Google Inc. (NASDAQ: GOOG) has decided to invest $168 million in the Ivanpah solar thermal power plant being constructed by BrightSource Energy in the southern California desert. The total cost of the project, including a $1.6 billion federal loan guarantee, is set at $2.1 billion. NRG Energy, Inc. (NYSE: NRG) has already invested $300 million in the project and will help with construction. The 392-megawatt plant is expected to be completed in 2013.

In that vein, the federal budget discussions that avoided a government shutdown included the Department of Energy’s loan guarantee program from renewable and alternative energy projects. That’s good news for BrightSource, of course, but First Solar Inc. (NASDAQ: FSLR) also reaps a $967 million loan guarantee for a 290-megawatt solar PV project in Arizona. The budget negotiations also eliminated a White House staff position for an adviser to the president on climate change and $438 million from a DoE energy-efficiency and renewable-energy program, according to The Wall Street Journal.

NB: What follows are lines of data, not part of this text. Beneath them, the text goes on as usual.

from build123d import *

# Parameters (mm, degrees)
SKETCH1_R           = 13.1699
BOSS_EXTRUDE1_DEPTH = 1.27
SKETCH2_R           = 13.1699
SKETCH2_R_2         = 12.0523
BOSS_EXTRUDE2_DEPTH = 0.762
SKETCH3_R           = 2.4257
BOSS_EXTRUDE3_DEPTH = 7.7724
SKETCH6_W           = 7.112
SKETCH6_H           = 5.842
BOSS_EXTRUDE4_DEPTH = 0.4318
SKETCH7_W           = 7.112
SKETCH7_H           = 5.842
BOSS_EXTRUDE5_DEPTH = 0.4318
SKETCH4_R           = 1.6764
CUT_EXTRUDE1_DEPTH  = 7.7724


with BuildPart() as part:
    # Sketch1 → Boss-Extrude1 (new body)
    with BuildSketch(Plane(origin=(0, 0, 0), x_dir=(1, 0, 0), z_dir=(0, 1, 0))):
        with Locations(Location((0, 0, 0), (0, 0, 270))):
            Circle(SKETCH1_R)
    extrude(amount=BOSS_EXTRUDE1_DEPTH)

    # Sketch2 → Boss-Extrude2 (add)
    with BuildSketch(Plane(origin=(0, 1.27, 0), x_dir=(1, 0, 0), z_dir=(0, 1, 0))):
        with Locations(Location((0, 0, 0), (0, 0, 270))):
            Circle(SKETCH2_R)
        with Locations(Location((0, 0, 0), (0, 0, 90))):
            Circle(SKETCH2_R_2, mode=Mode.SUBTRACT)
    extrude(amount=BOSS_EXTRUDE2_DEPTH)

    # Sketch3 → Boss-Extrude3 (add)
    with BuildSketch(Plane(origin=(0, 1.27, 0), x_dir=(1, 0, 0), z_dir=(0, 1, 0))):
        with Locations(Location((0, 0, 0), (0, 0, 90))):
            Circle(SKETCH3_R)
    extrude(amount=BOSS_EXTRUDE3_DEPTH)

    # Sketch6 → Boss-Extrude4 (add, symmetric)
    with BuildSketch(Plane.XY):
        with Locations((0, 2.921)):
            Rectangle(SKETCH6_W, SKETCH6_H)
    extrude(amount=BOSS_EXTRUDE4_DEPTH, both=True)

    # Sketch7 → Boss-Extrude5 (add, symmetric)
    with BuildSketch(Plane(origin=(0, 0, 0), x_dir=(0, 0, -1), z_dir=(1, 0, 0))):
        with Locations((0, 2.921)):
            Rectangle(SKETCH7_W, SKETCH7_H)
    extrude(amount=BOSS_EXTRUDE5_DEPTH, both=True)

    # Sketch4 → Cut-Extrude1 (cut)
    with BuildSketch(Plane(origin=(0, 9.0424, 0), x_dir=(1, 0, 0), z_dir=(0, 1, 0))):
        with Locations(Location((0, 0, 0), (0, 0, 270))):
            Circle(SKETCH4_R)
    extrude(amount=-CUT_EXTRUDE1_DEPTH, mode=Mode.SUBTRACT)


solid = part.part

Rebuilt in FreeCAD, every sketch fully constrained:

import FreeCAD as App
import Part
import Sketcher

V = App.Vector
Q = App.Units.Quantity


def add_polygon(sketch, points):
    """Adds a closed chain of lines whose ends are joined by coincident constraints."""
    first, n = sketch.GeometryCount, len(points)
    for a, b in zip(points, points[1:] + points[:1]):
        sketch.addGeometry(Part.LineSegment(App.Vector(*a, 0), App.Vector(*b, 0)), False)
    for i in range(n):
        sketch.addConstraint(Sketcher.Constraint("Coincident", first + i, 2, first + (i + 1) % n, 1))

doc = App.newDocument("Part")
body = doc.addObject("PartDesign::Body", "Body")

sketch1 = body.newObject("Sketcher::SketchObject", "Sketch")
sketch1.AttachmentSupport = (doc.getObject("XZ_Plane"), [""])
sketch1.MapMode = "FlatFace"
sketch1.addGeometry(Part.Circle(V(0, 0, 0), V(0, 0, 1), 13), False)
sketch1.addConstraint([
    Sketcher.Constraint("Coincident", 0, 3, -1, 1),
    Sketcher.Constraint("Diameter", 0, Q("1.037 in")),
])
pad1 = body.newObject("PartDesign::Pad", "Pad")
pad1.Profile = sketch1
pad1.Length = Q("0.05 in")
pad1.Reversed = True

sketch2 = body.newObject("Sketcher::SketchObject", "Sketch001")
sketch2.AttachmentSupport = (doc.getObject("XZ_Plane"), [""])
sketch2.MapMode = "FlatFace"
sketch2.AttachmentOffset = App.Placement(V(0, 0, -0.05 * 25.4), App.Rotation())
sketch2.addGeometry([
    Part.Circle(V(0, 0, 0), V(0, 0, 1), 13),
    Part.Circle(V(0, 0, 0), V(0, 0, 1), 12),
], False)
sketch2.addConstraint([
    Sketcher.Constraint("Coincident", 0, 3, -1, 1),
    Sketcher.Constraint("Coincident", 1, 3, -1, 1),
    Sketcher.Constraint("Diameter", 0, Q("1.037 in")),
    Sketcher.Constraint("Diameter", 1, Q("0.949 in")),
])
pad2 = body.newObject("PartDesign::Pad", "Pad001")
pad2.Profile = sketch2
pad2.Length = Q("0.03 in")
pad2.Reversed = True

sketch3 = body.newObject("Sketcher::SketchObject", "Sketch002")
sketch3.AttachmentSupport = (doc.getObject("XZ_Plane"), [""])
sketch3.MapMode = "FlatFace"
sketch3.AttachmentOffset = App.Placement(V(0, 0, -0.05 * 25.4), App.Rotation())
sketch3.addGeometry(Part.Circle(V(0, 0, 0), V(0, 0, 1), 2.4), False)
sketch3.addConstraint([
    Sketcher.Constraint("Coincident", 0, 3, -1, 1),
    Sketcher.Constraint("Diameter", 0, Q("0.191 in")),
])
pad3 = body.newObject("PartDesign::Pad", "Pad002")
pad3.Profile = sketch3
pad3.Length = Q("0.306 in")
pad3.Reversed = True

sketch4 = body.newObject("Sketcher::SketchObject", "Sketch003")
sketch4.AttachmentSupport = (doc.getObject("XY_Plane"), [""])
sketch4.MapMode = "FlatFace"
add_polygon(sketch4, [(-4, 6), (-4, 0), (4, 0), (4, 6)])
sketch4.addConstraint([
    Sketcher.Constraint("Vertical", 0),
    Sketcher.Constraint("Horizontal", 1),
    Sketcher.Constraint("Vertical", 2),
    Sketcher.Constraint("Horizontal", 3),
    Sketcher.Constraint("Symmetric", 0, 2, 1, 2, -1, 1),
    Sketcher.Constraint("DistanceX", 1, 1, 1, 2, Q("0.28 in")),
    Sketcher.Constraint("DistanceY", 0, 2, 0, 1, Q("0.23 in")),
])
pad4 = body.newObject("PartDesign::Pad", "Pad003")
pad4.Profile = sketch4
pad4.Length = Q("0.034 in")
pad4.Midplane = True

sketch5 = body.newObject("Sketcher::SketchObject", "Sketch004")
sketch5.AttachmentSupport = (doc.getObject("YZ_Plane"), [""])
sketch5.MapMode = "FlatFace"
add_polygon(sketch5, [(6, 4), (0, 4), (0, -4), (6, -4)])
sketch5.addConstraint([
    Sketcher.Constraint("Horizontal", 0),
    Sketcher.Constraint("Vertical", 1),
    Sketcher.Constraint("Horizontal", 2),
    Sketcher.Constraint("Vertical", 3),
    Sketcher.Constraint("Symmetric", 0, 2, 1, 2, -1, 1),
    Sketcher.Constraint("DistanceX", 0, 2, 0, 1, Q("0.23 in")),
    Sketcher.Constraint("DistanceY", 1, 2, 1, 1, Q("0.28 in")),
])
pad5 = body.newObject("PartDesign::Pad", "Pad004")
pad5.Profile = sketch5
pad5.Length = Q("0.034 in")
pad5.Midplane = True

sketch6 = body.newObject("Sketcher::SketchObject", "Sketch005")
sketch6.AttachmentSupport = (doc.getObject("XZ_Plane"), [""])
sketch6.MapMode = "FlatFace"
sketch6.AttachmentOffset = App.Placement(V(0, 0, -0.356 * 25.4), App.Rotation())
sketch6.addGeometry(Part.Circle(V(0, 0, 0), V(0, 0, 1), 1.7), False)
sketch6.addConstraint([
    Sketcher.Constraint("Coincident", 0, 3, -1, 1),
    Sketcher.Constraint("Diameter", 0, Q("0.132 in")),
])
pocket1 = body.newObject("PartDesign::Pocket", "Pocket")
pocket1.Profile = sketch6
pocket1.Length = Q("0.306 in")
pocket1.Reversed = True

doc.recompute()
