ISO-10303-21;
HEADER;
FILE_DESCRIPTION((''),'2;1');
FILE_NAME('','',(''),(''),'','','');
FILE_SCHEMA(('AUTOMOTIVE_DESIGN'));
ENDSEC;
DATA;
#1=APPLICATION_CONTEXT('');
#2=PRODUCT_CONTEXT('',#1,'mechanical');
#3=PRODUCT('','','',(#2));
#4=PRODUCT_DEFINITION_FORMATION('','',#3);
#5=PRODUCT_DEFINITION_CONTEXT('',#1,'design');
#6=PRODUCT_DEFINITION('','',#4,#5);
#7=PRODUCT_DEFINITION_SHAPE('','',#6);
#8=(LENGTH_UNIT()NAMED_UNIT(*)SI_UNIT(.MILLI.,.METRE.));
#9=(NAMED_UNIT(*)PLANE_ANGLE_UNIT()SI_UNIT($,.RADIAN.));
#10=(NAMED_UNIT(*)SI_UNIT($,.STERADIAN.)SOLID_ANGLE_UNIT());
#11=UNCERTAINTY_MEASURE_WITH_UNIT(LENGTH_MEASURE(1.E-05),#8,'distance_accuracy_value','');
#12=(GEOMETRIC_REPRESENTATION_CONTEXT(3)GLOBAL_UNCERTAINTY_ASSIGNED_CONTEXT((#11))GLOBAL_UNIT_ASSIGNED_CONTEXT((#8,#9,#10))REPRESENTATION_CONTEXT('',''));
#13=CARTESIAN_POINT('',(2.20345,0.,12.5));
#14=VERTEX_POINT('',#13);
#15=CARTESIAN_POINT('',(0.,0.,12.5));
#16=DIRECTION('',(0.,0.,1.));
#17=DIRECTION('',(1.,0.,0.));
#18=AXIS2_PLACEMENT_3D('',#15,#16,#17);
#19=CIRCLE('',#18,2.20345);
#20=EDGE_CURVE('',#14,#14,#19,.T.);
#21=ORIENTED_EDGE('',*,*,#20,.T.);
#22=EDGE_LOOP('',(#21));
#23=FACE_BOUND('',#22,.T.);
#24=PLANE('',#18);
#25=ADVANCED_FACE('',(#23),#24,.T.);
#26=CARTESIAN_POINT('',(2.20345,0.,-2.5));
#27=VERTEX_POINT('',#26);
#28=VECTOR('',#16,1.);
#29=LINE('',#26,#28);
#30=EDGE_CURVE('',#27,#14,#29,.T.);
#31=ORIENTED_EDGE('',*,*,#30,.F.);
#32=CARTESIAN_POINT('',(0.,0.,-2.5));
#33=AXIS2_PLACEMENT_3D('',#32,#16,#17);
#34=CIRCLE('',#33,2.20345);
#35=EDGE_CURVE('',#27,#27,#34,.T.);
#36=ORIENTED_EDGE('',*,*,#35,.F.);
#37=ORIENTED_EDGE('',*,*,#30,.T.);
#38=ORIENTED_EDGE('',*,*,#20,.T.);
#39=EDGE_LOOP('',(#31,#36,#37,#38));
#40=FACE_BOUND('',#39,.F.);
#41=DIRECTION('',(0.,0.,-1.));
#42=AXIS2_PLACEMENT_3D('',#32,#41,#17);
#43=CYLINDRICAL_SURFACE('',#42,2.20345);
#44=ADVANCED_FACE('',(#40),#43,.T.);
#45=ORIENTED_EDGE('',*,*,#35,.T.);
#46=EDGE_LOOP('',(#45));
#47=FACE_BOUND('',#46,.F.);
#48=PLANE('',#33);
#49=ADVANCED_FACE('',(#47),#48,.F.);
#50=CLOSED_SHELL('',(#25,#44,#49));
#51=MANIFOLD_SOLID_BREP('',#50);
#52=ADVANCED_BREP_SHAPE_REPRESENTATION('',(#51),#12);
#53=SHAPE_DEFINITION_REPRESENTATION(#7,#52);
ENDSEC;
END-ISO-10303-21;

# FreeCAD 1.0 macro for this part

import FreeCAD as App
import Part
import Sketcher
from FreeCAD import Vector
Q = App.Units.Quantity

doc = App.newDocument("Part")
body = doc.addObject("PartDesign::Body", "Body")

# Sketch on XY plane
sketch1 = body.newObject("Sketcher::SketchObject", "Sketch")
sketch1.AttachmentSupport = (doc.getObject("XY_Plane"), [""])
sketch1.MapMode = "FlatFace"
sketch1.AttachmentOffset = App.Placement(Vector(0, 0, -2.5), App.Rotation())
sketch1.addGeometry(Part.Circle(Vector(0, 0, 0), Vector(0, 0, 1), 2.2), False)
sketch1.addConstraint([
    Sketcher.Constraint("Coincident", 0, 3, -1, 1),
    Sketcher.Constraint("Diameter", 0, Q("4.4069 mm")),
])
pad1 = body.newObject("PartDesign::Pad", "Pad")
pad1.Profile = sketch1
pad1.Length = 15

doc.recompute()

Caixin Online reports that an association of Chinese solar energy providers are about to present a plan to the government’s State Council that would substantially increase the solar PV build-out in China.  The new plan more than doubles the planned solar PV installed base from 5,000 megawatts in 2015 and 20,000 megawatts in 2020, to 15,000 megawatts by 2015 and 50,000 megawatts by 2020. The new targets are expected to be approved by the end of 2011. This could substantially improve the outlook for China’s solar PV makers like LDK Solar Co., Ltd. (NYSE: LDK), JA Solar Holdings Co., Ltd. (NASDAQ: JASO), and Trina Solar Ltd. (NYSE: TSL) which are expanding capacity significantly this year, even as a supply glut is expected.

We have just recently noted a study from the UK that called into question the actual role that wind power plays in supplying electricity, rather than just the advertised nameplate capacity of wind generation.  The American Wind Energy Association (AWEA) recently released its annual market report, noting that since 2007 wind power accounts for about 35% of all new electricity generating capacity in the US. 

The US added more than 5,000 megawatts of wind power in 2010 and the total US wind generating capacity now exceeds 40,000 megawatts. At the beginning of 2011, some 5,600 megawatts of new wind capacity was under construction in the US, which is double the amount being built at the beginning of 2010. The AWEA estimates that by 2030 about 20% of US electricity generation will come from wind.

A study similar to the one done in the UK would be useful in determining if the US is really getting its money’s worth by building this new wind generation capacity. Loan guarantees and other incentives could be distorting the actual role wind energy plays in US electricity generation.

Finally, claims that the explosion in shale gas extraction and natural gas-fired electricity generation lower carbon emissions have been called into question by a study from researchers at Cornell University.  According to the researchers, methane emissions associated with shale gas extraction are at least 30% greater than methane emissions from conventional gas extraction. The shale gas methane emissions might even be double the amount from conventional gas. Methane is the main constituent of natural gas. Methane is also a greenhouse gas that is 20-times more potent than carbon dioxide.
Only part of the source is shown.